If you’re looking for some help managing your money, you might turn to a financial adviser.
That’s someone who advises you on your finances … right?
Sort of. “‘Financial adviser’ is a generic term with no precise industry definition, and many different types of financial professionals fall into this general category,” Investopedia explains.
“Stockbrokers, insurance agents, tax preparers, investment managers and financial planners are all members of this group. Estate planners and bankers may also fall under this umbrella.”
“It’s unbelievable the scope or range of people that can consider themselves financial advisers or financial planners,” Bob Gavlak, CFP and wealth adviser with Strategic Wealth Partners in Columbus, Ohio, told Business Insider. “The majority of time, if somebody calls themselves a financial adviser, usually all that means is that they’re investment advisers — all they do is investment management.”
Gavlak says a financial adviser might not have the training to help you with taxes, insurance, investments, and estate planning.
On the other hand, you have the Certified Financial Planner (CFP). While it sounds similar to “financial adviser,” it’s not quite the same. “A lot of times people will look at financial advisers and certified financial planners and they think that they’re all the same, but that would be like looking at a restaurant and saying McDonald’s is the same as some really fancy steakhouse,” says Gavlak.
Certified financial planners have to be certified by the Certified Financial Planner Board of Standards, Inc., which is why you’ll often see a registered mark after their designation (CFP®).

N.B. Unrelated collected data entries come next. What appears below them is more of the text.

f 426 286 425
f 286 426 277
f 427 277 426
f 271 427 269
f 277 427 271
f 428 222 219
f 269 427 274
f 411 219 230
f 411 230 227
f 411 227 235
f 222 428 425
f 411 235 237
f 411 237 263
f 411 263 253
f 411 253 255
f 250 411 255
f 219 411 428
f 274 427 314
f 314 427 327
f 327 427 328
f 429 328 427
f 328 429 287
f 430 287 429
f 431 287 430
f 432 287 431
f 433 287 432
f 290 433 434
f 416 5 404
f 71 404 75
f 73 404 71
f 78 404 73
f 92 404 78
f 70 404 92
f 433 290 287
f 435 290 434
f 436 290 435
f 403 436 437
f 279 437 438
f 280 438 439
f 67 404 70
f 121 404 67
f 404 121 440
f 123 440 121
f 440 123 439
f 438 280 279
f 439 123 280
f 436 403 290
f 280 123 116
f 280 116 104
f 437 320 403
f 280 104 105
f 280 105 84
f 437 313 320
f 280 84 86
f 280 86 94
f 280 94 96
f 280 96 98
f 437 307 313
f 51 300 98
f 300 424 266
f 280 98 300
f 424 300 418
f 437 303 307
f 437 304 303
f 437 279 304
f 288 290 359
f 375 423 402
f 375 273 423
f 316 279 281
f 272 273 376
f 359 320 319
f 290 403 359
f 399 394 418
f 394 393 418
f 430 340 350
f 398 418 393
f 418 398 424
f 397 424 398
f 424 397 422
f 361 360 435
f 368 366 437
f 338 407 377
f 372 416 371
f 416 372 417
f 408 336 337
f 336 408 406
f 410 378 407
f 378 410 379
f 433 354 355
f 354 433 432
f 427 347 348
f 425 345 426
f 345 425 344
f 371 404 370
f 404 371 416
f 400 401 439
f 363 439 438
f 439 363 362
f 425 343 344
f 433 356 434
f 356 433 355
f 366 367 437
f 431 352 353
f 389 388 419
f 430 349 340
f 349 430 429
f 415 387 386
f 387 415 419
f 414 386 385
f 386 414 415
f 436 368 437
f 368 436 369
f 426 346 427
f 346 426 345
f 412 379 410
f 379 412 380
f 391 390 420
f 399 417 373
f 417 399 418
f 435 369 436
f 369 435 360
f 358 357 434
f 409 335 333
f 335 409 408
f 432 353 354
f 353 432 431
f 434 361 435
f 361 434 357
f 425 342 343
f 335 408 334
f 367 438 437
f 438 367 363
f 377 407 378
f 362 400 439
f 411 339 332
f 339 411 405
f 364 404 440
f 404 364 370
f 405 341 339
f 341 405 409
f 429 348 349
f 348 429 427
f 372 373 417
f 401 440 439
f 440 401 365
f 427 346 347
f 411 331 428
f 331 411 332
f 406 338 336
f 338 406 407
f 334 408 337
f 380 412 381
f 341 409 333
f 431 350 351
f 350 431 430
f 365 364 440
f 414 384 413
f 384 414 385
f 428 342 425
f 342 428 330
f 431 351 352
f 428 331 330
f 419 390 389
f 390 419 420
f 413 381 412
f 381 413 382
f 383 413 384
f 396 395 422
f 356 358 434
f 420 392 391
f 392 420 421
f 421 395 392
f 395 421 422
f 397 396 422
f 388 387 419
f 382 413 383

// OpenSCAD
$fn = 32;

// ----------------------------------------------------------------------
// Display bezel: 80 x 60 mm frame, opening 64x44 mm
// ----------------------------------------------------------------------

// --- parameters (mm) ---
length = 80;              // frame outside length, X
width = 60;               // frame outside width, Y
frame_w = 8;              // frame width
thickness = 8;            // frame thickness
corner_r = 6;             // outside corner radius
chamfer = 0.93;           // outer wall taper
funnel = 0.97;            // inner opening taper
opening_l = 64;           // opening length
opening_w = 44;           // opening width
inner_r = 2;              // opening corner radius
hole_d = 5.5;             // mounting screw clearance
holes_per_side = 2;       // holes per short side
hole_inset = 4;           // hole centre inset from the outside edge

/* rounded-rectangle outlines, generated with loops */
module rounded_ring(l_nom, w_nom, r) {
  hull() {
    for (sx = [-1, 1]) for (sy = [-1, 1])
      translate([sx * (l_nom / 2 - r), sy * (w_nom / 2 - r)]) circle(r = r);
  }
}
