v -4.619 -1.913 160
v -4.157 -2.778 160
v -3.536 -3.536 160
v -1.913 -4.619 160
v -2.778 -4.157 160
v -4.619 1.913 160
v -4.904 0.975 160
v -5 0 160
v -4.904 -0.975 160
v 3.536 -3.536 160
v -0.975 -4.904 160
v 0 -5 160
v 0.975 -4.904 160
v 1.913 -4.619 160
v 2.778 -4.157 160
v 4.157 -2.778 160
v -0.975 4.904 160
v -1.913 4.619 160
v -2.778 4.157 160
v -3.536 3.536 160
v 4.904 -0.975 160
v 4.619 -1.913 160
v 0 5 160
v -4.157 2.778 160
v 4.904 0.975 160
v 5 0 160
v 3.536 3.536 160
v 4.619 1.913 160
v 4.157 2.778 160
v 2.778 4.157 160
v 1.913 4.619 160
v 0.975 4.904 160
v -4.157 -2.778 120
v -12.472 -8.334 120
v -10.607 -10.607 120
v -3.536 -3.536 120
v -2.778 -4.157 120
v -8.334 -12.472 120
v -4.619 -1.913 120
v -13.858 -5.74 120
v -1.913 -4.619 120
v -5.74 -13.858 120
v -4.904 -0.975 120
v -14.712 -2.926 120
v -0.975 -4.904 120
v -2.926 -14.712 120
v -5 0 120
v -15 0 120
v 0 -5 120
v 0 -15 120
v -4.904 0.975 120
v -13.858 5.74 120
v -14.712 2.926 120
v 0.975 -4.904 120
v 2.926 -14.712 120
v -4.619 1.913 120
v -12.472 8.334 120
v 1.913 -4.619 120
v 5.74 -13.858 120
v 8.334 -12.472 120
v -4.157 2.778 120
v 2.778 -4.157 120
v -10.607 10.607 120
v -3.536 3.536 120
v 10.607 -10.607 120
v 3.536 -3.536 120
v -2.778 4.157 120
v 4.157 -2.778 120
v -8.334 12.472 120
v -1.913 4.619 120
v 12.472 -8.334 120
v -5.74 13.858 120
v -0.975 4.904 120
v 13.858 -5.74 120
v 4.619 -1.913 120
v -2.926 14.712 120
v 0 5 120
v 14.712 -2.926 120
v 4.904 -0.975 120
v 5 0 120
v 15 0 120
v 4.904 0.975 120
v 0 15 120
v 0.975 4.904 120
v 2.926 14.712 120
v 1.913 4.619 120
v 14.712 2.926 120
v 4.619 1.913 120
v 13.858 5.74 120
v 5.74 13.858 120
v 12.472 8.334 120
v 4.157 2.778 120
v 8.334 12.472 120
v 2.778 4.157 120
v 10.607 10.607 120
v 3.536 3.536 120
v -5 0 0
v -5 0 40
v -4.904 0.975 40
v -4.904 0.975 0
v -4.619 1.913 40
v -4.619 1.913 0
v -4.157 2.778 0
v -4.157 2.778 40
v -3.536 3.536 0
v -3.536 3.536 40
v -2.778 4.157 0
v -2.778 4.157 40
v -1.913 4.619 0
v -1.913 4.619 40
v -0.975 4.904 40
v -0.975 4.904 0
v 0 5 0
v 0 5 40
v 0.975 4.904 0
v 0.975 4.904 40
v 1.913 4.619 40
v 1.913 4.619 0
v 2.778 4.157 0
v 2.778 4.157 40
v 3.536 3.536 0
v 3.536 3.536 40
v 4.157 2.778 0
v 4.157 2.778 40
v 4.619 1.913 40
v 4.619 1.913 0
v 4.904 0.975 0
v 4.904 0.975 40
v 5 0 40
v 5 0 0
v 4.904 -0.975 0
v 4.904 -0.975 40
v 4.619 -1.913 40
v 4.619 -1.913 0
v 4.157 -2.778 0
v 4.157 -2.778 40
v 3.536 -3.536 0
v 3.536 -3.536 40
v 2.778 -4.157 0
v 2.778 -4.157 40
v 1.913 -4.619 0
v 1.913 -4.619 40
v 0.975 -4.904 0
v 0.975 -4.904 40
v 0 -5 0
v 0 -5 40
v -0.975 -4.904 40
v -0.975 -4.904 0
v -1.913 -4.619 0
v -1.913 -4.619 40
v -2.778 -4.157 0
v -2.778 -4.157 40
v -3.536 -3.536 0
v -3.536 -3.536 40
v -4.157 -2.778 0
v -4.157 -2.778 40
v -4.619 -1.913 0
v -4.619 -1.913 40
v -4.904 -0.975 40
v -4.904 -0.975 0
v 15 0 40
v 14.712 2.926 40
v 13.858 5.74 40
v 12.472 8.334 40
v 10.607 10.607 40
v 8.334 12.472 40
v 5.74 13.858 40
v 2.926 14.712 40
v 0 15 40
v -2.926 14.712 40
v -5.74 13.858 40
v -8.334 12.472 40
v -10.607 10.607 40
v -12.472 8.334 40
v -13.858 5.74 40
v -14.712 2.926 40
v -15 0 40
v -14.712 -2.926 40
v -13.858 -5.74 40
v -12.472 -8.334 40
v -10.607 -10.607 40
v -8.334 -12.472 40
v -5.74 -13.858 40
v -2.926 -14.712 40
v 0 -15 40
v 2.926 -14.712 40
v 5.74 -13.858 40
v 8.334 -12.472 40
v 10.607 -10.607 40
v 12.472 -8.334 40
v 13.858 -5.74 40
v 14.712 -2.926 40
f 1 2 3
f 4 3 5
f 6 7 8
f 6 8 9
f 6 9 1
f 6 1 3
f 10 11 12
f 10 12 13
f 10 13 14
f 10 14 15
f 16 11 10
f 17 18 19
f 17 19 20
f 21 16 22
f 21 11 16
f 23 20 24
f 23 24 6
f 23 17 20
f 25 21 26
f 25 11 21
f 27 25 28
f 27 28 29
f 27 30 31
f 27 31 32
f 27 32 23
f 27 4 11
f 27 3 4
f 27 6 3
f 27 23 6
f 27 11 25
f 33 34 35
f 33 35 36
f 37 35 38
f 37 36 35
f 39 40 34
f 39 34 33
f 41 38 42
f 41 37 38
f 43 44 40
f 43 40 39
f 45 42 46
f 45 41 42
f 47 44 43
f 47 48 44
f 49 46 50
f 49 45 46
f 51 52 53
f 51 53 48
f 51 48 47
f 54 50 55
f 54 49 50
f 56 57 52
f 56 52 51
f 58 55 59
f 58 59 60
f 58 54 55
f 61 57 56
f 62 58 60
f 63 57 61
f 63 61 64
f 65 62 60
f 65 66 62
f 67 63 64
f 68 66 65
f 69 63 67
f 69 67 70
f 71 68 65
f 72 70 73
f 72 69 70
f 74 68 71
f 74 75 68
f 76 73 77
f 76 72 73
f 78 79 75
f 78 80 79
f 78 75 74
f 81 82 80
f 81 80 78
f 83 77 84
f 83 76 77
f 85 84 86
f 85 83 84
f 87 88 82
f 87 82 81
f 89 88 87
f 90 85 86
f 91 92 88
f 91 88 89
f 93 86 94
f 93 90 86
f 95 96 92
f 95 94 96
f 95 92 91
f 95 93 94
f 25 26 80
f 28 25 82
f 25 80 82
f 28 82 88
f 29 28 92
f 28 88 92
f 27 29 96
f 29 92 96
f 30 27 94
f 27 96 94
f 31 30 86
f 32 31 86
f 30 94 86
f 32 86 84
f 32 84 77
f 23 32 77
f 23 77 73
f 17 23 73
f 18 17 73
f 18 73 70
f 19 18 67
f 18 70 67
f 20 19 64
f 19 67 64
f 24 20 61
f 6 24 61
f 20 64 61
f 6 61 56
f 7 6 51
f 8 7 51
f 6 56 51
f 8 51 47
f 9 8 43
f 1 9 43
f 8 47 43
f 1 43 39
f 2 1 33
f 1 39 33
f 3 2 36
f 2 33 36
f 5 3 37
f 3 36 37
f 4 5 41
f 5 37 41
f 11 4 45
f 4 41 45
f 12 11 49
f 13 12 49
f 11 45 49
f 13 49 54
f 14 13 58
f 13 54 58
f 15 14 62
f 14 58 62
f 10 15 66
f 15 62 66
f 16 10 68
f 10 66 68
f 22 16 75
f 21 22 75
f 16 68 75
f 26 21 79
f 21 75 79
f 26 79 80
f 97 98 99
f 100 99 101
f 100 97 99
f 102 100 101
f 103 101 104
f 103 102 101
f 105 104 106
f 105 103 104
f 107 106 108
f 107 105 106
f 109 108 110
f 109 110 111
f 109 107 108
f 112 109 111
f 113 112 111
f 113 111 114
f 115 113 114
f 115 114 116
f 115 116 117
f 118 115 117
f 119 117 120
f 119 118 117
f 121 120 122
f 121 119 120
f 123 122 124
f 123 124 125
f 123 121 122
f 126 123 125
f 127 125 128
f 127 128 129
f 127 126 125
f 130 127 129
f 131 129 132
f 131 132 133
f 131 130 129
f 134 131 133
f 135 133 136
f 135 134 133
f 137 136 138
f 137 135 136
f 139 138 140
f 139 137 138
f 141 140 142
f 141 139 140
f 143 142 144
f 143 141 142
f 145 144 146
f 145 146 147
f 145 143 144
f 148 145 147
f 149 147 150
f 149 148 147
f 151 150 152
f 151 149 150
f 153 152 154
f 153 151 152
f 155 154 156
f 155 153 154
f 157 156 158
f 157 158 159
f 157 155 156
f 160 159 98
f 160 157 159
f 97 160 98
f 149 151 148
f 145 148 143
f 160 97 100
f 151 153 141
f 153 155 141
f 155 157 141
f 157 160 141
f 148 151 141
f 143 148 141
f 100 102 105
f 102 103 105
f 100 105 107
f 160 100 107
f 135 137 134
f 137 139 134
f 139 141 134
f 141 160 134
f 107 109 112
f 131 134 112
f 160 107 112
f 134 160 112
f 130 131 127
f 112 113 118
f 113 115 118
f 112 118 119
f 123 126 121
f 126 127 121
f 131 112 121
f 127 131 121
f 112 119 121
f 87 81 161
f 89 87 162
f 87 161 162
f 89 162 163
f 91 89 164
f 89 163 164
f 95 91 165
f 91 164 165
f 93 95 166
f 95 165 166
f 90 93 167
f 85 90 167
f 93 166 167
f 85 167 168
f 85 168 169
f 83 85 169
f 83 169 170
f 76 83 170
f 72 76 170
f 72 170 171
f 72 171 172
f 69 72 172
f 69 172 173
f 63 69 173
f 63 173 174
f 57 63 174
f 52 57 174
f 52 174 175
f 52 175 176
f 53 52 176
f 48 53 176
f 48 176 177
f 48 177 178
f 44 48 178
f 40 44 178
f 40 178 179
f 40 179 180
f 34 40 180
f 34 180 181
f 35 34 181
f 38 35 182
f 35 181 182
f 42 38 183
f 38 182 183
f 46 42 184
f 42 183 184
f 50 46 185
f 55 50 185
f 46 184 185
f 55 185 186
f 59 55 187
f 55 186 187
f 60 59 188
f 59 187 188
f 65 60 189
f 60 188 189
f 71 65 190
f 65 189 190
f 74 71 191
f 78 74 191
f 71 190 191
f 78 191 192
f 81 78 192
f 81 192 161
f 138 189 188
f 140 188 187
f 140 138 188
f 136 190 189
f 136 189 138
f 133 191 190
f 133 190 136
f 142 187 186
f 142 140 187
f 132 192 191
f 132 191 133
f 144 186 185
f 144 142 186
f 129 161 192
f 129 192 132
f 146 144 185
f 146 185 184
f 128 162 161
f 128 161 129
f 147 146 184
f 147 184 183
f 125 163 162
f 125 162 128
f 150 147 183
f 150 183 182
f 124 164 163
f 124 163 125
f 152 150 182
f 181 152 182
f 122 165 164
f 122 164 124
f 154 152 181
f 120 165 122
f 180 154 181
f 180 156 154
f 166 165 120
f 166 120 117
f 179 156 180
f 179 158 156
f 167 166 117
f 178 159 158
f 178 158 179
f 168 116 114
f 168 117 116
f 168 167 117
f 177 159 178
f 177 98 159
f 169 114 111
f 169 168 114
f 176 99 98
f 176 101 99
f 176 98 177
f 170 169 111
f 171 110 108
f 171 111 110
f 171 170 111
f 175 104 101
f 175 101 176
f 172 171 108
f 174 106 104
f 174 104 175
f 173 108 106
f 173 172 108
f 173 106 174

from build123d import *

# Parameters (mm, degrees)
CROQUIS1_R                   = 15
SALIENTE_EXTRUIR1_DEPTH      = 160
CROQUIS2_R                   = 15
CROQUIS2_R_2                 = 5
CORTAR_EXTRUIR_L_MINA1_DEPTH = 40
CORTAR_EXTRUIR_L_MINA2_START = -40
CROQUIS3_R                   = 15
CROQUIS3_R_2                 = 5
CORTAR_EXTRUIR_L_MINA2_DEPTH = 40


with BuildPart() as part:
    # Croquis1 → Saliente-Extruir1 (new body)
    with BuildSketch(Plane.XY):
        Circle(CROQUIS1_R)
    extrude(amount=SALIENTE_EXTRUIR1_DEPTH)

    # Croquis2 → Cortar-Extruir-Lámina1 (cut)
    with BuildSketch(Plane(origin=(0, 0, 0), x_dir=(-1, 0, 0), z_dir=(0, 0, -1))):
        Circle(CROQUIS2_R)
        Circle(CROQUIS2_R_2, mode=Mode.SUBTRACT)
    extrude(amount=-CORTAR_EXTRUIR_L_MINA1_DEPTH, mode=Mode.SUBTRACT)

    # Croquis3 → Cortar-Extruir-Lámina2 (cut)
    with BuildSketch(Plane.XY.offset(160).offset(CORTAR_EXTRUIR_L_MINA2_START)):
        Circle(CROQUIS3_R)
        Circle(CROQUIS3_R_2, mode=Mode.SUBTRACT)
    extrude(amount=CORTAR_EXTRUIR_L_MINA2_DEPTH, mode=Mode.SUBTRACT)


solid = part.part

To become certified, they have to complete what the board calls the four Es: education, examination, experience, and ethics. These planners are certified to advise on everything from taxes to insurance to estate planning, and are required to complete ongoing continued education requirements. One of the hallmarks of a CFP is that they have fiduciary responsibility when working on financial planning, which means they have to act in their clients’ best interest.
The CFP board keeps track of everyone certified through its program, which makes it simple to do a little homework on a professional before signing on the dotted line.
This isn’t at all to say that a financial adviser wouldn’t be able to help with your money. Instead, as a prospective client, it would be smart to identify what you need from your financial adviser before you sign on. Is it insurance? Is it a financial plan? Is it solely investment advice?
No matter their title, ask about your prospective adviser’s expertise and experience up front to make sure their specialty aligns with your needs.